[PROMPT]: Please give back only the lines below from the one containing "Line((0, -377.825), (152.4, -377.825))" to the one containing "-451.075640303), (-82.55, -428.625))", each repeated word for word, both ends included.

[ENTRIES SUPPLIED]:
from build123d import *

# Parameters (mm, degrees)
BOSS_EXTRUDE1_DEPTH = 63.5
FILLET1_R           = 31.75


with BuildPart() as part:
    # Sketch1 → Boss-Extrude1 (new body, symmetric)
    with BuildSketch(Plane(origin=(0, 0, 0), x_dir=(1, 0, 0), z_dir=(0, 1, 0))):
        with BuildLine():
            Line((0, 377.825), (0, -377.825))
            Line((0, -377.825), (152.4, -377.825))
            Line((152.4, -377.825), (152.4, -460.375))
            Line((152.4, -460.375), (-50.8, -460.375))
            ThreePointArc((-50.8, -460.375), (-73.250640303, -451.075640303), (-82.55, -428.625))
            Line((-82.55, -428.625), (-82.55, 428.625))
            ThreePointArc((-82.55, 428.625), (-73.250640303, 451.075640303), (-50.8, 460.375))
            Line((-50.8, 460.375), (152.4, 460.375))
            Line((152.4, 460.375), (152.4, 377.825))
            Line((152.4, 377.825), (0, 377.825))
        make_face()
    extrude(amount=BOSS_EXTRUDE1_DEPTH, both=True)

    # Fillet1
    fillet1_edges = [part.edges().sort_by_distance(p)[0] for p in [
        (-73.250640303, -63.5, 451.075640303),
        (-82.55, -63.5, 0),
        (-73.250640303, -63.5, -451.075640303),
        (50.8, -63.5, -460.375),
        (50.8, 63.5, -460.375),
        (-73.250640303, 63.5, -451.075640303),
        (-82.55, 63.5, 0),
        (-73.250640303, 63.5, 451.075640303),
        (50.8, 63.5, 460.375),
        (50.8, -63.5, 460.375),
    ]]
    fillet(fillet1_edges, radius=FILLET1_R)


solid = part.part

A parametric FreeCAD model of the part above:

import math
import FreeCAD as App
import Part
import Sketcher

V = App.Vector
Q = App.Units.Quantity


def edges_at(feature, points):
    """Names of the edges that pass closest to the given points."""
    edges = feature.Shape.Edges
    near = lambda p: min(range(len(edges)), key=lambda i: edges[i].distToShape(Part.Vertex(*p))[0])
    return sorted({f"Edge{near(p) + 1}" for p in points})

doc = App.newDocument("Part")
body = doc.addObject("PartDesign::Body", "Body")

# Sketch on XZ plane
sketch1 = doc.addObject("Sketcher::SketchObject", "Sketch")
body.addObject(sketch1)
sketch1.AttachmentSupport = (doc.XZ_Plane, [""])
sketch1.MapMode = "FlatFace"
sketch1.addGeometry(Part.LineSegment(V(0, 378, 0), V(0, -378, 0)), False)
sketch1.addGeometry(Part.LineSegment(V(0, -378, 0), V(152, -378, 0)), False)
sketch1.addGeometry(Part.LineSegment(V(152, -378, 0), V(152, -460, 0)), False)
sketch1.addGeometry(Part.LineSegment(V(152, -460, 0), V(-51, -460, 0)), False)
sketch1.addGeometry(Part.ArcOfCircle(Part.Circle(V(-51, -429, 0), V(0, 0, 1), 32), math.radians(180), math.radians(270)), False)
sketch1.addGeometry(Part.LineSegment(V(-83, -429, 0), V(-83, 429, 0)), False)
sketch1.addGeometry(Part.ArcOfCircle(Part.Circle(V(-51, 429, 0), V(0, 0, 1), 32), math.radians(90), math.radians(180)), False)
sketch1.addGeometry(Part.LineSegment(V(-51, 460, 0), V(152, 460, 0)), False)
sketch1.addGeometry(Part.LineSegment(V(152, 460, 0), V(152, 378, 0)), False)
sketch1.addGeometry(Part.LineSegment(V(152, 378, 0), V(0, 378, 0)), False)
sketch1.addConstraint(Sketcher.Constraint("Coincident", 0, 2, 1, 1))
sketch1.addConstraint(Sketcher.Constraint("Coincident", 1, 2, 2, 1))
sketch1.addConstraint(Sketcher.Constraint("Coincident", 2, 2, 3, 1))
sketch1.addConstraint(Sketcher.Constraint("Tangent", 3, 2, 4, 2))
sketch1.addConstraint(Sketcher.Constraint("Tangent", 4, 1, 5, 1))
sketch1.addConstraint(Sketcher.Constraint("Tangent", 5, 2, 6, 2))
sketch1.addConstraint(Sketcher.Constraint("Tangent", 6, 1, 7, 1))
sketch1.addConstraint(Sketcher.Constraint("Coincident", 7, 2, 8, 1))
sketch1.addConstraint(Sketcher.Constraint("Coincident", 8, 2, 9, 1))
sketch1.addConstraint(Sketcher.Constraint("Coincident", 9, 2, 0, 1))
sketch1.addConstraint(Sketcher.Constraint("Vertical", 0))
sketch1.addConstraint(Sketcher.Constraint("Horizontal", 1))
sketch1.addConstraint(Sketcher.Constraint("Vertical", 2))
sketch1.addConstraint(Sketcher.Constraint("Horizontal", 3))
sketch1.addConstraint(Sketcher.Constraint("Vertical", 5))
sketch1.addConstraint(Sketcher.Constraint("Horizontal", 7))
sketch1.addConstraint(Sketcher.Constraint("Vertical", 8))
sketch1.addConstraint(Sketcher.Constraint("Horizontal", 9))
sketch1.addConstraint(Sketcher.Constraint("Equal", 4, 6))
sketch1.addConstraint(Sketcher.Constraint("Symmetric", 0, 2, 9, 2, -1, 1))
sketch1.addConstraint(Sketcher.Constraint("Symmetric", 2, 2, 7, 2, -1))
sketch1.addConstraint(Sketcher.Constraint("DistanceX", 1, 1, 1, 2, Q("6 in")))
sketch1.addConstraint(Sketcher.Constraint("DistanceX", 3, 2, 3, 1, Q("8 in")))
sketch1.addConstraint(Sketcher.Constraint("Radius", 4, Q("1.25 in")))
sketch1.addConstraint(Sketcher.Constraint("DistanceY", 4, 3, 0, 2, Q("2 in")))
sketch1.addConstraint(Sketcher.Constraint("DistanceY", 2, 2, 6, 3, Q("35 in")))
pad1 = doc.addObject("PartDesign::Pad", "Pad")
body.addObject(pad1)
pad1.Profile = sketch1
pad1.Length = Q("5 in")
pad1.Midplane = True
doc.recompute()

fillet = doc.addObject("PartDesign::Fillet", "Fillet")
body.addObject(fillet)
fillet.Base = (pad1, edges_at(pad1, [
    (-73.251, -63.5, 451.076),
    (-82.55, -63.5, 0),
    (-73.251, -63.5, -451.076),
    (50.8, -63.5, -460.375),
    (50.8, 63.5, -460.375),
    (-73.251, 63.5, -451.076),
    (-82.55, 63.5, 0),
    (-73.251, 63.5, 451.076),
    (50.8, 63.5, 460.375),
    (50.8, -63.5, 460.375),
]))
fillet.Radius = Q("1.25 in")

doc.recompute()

[YOUR SOLUTION]:
            Line((0, -377.825), (152.4, -377.825))
            Line((152.4, -377.825), (152.4, -460.375))
            Line((152.4, -460.375), (-50.8, -460.375))
            ThreePointArc((-50.8, -460.375), (-73.250640303, -451.075640303), (-82.55, -428.625))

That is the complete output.